If matters had stopped at that point, well, it's only money. But obviously the counter pressure on health insurers to hold down these costs was inevitable. Hospitals were practically under court order to make rules (the hospital associations would be happy to construct a model set of rules) and enforce them on their attending physicians, to pay professionals salaries wherever possible as a time-tested means of encouraging obedience, and to reorganize themselves as corporations practicing medicine rather than hotels providing space and services. (There are legal barriers, of course. Numerous state constitutions awkwardly state "No person may practice medicine in this state without a license so to do.") Needless to say, physicians resisted this trend toward the corporate practice of medicine, even though its early forms only took the shape of placing the hospital lawyer in charge of conferences about "risk" prevention. Since the lawyer knew very little about the topic, the discussion tends to focus on horror stories of suits that were lost or are in litigation.

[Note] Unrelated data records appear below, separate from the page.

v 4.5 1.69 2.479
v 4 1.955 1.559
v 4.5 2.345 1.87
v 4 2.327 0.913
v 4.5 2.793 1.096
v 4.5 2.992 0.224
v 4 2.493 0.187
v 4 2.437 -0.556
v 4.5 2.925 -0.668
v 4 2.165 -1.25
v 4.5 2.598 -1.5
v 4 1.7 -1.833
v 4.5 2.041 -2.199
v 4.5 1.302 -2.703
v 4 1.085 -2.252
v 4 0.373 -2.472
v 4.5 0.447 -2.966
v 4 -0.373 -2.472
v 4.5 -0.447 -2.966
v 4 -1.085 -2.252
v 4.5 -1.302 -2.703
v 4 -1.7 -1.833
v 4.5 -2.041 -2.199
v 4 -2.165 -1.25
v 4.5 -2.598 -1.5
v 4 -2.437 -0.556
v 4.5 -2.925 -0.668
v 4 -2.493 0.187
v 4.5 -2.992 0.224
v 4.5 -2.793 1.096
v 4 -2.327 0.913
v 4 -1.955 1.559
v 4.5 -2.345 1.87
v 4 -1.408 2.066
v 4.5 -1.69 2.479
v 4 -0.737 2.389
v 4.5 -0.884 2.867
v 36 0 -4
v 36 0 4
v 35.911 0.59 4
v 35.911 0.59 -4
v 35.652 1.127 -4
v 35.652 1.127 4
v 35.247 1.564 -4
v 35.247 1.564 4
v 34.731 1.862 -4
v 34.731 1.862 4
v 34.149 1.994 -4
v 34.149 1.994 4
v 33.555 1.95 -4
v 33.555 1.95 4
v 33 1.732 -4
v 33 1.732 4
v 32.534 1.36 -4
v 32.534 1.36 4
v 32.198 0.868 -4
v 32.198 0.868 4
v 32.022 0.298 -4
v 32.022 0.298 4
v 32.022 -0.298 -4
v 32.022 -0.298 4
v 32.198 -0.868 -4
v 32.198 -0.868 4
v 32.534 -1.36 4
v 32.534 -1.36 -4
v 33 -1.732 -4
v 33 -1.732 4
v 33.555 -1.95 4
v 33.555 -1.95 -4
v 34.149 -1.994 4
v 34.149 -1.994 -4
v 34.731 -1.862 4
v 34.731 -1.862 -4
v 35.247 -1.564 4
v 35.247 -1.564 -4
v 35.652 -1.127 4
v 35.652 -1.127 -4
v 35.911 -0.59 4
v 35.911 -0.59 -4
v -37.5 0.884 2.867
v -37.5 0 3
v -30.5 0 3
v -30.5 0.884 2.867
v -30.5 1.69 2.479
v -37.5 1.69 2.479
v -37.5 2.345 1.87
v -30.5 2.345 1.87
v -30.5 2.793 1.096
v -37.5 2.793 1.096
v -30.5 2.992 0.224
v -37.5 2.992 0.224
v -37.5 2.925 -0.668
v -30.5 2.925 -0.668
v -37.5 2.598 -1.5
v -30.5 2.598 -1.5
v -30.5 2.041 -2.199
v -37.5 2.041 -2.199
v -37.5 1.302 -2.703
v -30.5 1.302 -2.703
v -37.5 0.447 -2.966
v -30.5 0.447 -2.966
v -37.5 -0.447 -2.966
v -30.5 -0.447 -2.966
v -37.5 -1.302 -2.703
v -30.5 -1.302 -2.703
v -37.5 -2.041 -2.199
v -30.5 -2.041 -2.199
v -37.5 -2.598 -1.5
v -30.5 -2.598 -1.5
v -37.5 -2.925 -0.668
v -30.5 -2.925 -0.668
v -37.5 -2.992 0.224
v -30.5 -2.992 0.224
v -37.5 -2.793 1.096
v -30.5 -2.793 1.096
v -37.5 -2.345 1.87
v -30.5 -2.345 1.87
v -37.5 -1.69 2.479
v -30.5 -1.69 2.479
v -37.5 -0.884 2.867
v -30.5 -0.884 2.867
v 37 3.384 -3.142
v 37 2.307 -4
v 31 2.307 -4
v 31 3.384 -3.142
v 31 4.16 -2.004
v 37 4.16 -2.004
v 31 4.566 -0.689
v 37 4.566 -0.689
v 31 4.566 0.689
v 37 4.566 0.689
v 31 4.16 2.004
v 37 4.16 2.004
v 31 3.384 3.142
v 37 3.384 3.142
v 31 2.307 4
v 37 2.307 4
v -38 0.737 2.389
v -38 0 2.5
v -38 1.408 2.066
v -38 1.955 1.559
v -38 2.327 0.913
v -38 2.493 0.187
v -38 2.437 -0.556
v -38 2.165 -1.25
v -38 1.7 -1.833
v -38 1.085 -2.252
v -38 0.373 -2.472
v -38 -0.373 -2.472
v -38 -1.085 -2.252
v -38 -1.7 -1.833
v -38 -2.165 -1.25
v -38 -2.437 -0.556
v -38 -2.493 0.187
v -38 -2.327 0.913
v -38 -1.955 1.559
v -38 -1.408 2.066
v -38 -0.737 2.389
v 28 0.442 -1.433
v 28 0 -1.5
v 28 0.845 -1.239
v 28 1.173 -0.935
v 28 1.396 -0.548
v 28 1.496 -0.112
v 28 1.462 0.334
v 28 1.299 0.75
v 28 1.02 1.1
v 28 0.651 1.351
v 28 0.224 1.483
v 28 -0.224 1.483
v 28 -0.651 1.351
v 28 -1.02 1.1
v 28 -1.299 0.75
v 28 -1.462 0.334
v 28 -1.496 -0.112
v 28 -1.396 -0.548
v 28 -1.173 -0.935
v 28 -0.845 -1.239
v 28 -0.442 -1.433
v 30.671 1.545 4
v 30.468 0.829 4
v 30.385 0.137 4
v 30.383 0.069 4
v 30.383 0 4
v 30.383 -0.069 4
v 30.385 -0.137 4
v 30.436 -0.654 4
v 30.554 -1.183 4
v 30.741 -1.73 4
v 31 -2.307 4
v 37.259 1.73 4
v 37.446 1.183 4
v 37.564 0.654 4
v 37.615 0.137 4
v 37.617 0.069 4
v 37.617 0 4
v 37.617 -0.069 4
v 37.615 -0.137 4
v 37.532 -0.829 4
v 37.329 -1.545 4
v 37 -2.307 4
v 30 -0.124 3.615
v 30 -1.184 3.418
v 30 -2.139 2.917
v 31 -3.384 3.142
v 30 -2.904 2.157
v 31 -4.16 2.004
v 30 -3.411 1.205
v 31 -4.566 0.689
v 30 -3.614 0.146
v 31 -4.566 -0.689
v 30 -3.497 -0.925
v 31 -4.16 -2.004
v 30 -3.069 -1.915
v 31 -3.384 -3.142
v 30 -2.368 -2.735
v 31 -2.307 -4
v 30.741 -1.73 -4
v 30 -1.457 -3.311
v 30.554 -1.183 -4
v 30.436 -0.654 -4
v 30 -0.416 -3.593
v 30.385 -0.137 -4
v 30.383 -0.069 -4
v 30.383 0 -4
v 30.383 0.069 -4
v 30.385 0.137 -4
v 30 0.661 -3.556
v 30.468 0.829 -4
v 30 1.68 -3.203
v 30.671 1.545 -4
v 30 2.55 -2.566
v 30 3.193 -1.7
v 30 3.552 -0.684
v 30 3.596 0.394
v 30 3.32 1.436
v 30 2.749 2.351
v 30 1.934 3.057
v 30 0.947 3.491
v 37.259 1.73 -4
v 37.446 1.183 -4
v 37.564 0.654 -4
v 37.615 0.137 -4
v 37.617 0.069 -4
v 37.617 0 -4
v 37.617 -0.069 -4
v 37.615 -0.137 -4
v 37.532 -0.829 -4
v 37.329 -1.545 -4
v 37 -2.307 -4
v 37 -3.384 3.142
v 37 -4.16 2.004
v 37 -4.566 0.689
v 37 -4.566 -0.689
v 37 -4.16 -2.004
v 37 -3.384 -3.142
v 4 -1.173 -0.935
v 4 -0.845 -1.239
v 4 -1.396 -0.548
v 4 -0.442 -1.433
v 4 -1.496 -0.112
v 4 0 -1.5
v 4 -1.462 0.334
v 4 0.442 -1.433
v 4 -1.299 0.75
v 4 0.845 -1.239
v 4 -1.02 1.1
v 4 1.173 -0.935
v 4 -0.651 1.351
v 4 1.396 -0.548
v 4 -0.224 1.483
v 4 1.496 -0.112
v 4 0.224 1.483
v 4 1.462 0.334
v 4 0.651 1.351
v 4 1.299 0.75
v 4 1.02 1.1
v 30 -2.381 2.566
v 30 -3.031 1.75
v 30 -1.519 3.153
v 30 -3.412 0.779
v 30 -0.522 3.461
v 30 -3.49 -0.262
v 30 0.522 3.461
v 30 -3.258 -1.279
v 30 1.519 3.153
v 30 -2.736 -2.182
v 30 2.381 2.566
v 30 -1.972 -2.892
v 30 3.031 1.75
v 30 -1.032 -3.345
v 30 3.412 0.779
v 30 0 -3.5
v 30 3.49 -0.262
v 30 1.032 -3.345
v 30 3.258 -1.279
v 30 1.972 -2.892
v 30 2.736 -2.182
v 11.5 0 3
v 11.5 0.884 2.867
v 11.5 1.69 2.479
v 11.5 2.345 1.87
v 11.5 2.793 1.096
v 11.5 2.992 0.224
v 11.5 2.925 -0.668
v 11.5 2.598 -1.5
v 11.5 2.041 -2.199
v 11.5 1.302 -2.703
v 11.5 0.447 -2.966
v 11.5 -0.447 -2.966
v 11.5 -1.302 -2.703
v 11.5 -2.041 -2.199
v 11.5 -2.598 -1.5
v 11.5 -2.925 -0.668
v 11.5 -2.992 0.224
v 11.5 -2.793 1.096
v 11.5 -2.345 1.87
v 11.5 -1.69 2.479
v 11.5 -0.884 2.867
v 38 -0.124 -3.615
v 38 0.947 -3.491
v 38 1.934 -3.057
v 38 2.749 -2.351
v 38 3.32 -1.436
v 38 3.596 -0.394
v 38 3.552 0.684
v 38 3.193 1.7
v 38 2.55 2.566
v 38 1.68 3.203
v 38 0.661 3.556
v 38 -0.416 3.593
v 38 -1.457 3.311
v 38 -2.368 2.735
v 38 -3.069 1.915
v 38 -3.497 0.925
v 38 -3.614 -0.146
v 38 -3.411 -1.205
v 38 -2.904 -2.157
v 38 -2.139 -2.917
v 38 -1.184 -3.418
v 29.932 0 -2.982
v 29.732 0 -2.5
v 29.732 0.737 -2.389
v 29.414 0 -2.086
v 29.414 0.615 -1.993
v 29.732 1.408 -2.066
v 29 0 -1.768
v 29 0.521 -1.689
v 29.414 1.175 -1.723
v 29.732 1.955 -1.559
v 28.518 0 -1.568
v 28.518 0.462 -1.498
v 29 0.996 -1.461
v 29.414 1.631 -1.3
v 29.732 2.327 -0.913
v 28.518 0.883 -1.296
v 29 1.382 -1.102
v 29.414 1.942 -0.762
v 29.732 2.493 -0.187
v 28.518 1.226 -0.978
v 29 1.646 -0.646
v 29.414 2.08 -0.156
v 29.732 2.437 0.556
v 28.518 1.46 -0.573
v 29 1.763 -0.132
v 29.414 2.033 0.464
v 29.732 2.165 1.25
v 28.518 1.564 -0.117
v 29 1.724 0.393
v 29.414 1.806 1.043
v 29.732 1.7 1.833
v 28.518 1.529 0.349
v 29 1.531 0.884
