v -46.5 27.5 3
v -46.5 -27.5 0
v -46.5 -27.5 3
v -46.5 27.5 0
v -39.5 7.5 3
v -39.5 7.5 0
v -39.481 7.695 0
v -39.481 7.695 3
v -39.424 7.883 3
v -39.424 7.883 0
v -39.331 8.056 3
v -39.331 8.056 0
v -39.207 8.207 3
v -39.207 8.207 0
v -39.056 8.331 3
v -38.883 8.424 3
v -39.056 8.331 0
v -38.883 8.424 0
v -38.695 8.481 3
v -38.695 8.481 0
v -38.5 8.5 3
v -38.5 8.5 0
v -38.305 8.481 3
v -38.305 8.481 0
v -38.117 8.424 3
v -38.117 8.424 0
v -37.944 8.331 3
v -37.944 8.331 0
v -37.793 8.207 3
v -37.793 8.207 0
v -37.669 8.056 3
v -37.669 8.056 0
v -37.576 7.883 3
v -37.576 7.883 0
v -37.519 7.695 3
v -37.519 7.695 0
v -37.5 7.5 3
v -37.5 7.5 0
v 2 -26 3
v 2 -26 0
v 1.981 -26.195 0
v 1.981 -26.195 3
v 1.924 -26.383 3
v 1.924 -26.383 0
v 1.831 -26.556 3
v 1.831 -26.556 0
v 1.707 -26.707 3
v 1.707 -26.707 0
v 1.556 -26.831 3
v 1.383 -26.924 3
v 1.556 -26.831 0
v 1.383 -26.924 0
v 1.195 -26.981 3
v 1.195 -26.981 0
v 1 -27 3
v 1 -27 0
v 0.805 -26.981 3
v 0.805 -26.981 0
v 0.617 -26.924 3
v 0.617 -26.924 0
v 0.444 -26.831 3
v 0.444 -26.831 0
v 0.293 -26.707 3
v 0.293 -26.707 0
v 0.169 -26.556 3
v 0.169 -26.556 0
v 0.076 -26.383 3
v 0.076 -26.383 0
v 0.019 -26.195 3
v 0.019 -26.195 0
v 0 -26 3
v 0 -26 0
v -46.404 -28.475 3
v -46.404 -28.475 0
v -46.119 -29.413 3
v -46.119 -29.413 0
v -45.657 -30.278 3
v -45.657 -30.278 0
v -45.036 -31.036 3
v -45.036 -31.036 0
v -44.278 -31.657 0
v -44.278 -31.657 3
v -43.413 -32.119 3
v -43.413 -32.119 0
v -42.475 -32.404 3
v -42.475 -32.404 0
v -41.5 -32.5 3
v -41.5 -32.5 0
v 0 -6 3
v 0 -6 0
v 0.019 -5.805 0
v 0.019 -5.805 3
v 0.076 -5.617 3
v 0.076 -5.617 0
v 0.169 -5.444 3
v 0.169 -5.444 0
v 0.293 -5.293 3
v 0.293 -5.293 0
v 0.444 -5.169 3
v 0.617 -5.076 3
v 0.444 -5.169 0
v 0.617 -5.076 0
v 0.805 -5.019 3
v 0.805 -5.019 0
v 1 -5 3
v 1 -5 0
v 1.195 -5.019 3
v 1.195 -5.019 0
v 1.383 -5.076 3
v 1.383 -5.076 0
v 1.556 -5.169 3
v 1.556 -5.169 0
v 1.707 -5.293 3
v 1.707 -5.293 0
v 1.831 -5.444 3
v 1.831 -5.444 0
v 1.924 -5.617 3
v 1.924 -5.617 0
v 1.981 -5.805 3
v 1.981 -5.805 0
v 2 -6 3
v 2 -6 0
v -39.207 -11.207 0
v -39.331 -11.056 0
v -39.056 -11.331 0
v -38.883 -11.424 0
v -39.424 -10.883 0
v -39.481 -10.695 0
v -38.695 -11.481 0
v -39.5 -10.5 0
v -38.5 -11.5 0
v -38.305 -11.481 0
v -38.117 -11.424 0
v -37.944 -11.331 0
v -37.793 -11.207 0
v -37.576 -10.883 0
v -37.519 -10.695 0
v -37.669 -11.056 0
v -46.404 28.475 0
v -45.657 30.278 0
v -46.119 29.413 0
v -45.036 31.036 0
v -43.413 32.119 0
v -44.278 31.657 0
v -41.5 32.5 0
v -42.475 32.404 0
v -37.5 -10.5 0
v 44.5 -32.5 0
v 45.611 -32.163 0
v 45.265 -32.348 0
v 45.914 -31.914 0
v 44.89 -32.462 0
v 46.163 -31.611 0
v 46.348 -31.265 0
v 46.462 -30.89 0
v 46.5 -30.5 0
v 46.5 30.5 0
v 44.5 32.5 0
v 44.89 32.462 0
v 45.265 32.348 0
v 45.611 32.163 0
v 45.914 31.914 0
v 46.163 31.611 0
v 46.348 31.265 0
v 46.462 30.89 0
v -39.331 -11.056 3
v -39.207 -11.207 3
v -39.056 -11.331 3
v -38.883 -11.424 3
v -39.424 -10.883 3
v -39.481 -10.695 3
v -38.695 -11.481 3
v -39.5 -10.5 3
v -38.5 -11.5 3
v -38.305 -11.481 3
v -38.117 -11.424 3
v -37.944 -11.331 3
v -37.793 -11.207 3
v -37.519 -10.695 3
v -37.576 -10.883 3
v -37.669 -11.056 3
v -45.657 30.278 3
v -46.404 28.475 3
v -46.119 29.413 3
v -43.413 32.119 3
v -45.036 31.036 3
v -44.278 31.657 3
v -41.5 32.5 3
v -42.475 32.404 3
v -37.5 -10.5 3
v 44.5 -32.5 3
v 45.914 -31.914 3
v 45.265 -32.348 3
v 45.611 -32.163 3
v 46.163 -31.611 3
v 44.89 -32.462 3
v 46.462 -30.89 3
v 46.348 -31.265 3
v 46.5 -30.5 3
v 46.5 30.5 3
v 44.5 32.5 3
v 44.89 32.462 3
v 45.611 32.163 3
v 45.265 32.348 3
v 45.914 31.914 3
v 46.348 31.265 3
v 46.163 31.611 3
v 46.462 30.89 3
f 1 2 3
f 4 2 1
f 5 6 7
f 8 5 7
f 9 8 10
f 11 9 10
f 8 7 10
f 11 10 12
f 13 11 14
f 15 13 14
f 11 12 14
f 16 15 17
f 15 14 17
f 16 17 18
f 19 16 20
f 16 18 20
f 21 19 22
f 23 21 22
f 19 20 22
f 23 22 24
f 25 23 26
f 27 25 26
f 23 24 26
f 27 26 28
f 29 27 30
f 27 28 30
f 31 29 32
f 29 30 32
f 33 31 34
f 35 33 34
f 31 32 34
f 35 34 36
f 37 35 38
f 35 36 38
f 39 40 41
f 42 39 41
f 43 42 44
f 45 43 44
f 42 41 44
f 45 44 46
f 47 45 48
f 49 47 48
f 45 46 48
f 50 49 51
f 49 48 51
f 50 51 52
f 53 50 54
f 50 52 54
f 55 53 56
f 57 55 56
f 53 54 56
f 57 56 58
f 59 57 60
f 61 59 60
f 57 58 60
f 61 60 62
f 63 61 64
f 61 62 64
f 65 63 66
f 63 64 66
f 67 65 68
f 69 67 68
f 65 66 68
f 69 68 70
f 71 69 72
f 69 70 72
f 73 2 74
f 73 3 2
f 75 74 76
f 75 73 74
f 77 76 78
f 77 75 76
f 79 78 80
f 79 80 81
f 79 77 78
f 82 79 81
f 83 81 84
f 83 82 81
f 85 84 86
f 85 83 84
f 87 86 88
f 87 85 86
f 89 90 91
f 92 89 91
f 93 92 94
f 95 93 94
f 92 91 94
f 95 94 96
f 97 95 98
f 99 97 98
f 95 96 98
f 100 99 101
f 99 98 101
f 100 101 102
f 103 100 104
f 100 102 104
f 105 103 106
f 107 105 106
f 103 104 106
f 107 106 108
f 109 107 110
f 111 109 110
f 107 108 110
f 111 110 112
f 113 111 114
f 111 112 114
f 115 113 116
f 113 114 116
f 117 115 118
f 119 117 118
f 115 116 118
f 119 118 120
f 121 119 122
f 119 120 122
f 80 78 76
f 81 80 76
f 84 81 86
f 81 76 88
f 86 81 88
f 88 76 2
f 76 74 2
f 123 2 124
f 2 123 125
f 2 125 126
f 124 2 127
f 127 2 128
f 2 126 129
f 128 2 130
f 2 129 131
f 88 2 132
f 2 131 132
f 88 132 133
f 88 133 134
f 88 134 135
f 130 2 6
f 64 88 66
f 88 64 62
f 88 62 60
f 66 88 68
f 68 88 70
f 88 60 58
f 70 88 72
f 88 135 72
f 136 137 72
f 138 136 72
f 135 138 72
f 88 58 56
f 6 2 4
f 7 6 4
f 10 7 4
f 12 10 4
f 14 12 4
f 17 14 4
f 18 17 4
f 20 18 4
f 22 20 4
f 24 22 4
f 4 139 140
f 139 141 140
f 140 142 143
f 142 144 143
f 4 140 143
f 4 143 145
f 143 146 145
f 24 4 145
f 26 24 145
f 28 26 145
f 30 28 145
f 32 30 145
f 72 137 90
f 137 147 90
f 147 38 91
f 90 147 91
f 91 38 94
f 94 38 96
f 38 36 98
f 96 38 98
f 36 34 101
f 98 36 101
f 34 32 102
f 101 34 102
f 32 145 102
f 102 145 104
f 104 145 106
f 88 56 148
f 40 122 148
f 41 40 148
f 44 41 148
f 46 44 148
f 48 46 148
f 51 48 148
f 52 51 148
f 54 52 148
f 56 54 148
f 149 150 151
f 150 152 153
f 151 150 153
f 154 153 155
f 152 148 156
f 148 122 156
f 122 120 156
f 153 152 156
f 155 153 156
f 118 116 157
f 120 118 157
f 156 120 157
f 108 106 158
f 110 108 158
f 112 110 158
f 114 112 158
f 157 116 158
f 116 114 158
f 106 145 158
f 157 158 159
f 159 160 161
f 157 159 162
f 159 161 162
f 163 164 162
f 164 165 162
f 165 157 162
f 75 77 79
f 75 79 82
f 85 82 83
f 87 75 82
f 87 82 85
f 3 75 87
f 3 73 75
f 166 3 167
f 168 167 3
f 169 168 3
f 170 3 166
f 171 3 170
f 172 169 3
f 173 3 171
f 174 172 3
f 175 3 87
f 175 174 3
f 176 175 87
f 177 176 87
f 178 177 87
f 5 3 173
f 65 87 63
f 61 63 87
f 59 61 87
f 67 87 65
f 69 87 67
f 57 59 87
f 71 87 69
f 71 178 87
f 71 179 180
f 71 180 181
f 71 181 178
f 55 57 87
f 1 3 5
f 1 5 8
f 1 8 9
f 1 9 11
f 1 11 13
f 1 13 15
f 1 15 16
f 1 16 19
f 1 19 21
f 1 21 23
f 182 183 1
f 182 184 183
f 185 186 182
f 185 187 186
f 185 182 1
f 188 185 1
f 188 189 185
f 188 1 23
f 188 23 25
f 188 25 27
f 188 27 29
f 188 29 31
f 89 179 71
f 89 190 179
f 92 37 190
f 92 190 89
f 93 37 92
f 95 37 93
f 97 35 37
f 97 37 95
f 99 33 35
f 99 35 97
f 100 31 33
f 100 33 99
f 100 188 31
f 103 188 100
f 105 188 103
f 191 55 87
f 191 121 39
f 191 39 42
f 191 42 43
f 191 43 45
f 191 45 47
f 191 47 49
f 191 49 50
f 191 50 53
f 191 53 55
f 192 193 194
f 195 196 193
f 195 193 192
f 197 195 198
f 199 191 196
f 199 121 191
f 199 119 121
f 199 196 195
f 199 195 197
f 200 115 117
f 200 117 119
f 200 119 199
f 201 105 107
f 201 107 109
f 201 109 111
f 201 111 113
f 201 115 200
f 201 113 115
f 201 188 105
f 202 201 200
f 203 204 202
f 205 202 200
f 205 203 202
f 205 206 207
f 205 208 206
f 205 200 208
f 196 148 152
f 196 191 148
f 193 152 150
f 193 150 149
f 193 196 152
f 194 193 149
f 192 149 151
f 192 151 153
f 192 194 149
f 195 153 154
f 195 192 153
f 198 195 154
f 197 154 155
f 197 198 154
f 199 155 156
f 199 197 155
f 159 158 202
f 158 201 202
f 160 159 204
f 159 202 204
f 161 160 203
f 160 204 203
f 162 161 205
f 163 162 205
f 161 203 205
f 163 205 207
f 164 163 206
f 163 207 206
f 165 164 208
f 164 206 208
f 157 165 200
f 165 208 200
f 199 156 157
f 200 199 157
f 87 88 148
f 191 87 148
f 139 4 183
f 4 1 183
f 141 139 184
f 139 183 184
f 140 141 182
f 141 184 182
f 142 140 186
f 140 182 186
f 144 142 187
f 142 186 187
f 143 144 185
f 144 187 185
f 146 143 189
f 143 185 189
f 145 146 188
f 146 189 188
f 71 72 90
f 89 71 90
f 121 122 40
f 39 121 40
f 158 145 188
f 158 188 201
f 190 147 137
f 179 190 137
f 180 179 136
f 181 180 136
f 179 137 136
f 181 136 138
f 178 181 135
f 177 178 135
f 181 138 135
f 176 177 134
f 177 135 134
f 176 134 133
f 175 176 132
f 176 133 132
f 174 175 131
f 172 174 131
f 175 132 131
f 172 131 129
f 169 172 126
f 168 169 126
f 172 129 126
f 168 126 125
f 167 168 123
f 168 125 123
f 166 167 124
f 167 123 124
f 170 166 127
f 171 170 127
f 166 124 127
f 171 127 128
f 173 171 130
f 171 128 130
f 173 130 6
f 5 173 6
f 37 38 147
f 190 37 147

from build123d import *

# Parameters (mm, degrees)
F0_W     = 93
F0_H     = 65
F1_DEPTH = 3
F2_R     = 5
F3_R     = 2


with BuildPart() as f1:
    # F0 (on Top) → F1 (new body)
    with BuildSketch(Plane.XY):
        Rectangle(F0_W, F0_H)
        with BuildLine():
            Line((-39.5, -10.5), (-39.5, 7.5))
            ThreePointArc((-39.5, 7.5), (-38.5, 8.5), (-37.5, 7.5))
            Line((-37.5, 7.5), (-37.5, -10.5))
            ThreePointArc((-37.5, -10.5), (-38.5, -11.5), (-39.5, -10.5))
        make_face(mode=Mode.SUBTRACT)
        with BuildLine():
            Line((2, -6), (2, -26))
            ThreePointArc((2, -26), (1, -27), (0, -26))
            Line((0, -26), (0, -6))
            ThreePointArc((0, -6), (1, -5), (2, -6))
        make_face(mode=Mode.SUBTRACT)
    extrude(amount=F1_DEPTH)

    # F2
    f2_edges = [f1.edges().sort_by_distance(p)[0] for p in [
        (-46.5, 32.5, 1.5),
        (-46.5, -32.5, 1.5),
    ]]
    fillet(f2_edges, radius=F2_R)

    # F3
    f3_edges = [f1.edges().sort_by_distance(p)[0] for p in [
        (46.5, -32.5, 1.5),
        (46.5, 32.5, 1.5),
    ]]
    fillet(f3_edges, radius=F3_R)


solid = f1.part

This struggle between physicians and administrators for control of the hospital, using malpractice as a debating point, is bad enough. Far worse is the slanting of the system of actual medical organization of the staff. Hospitals now often have thousands of nurses and hundreds of doctors, each reporting upward within two guild structures. You would think the chief of surgery would have a lot to say about the selection of the nursing supervisor in the operating room, but heaven forbid. Nurses are hired and fired through the nursing hierarchy, not the department hierarchy which would cross guild lines. It's sometimes hard to say who is on which side of this issue, and probably everybody is on both sides, sufficient to paralyze rational discussion. Everybody involved wants to diffuse blame for an error through the whole organization, and so resists having responsibility conferred in any consistent way. The chief of surgery, for example, is ambivalent about whether he wants nursing errors legally passed back to him, and thus tends to retreat from asserting himself. It can sometimes be hard to specify the ways this chaos expresses itself in poor quality or higher costs, but it would certainly be remarkable if it didn't.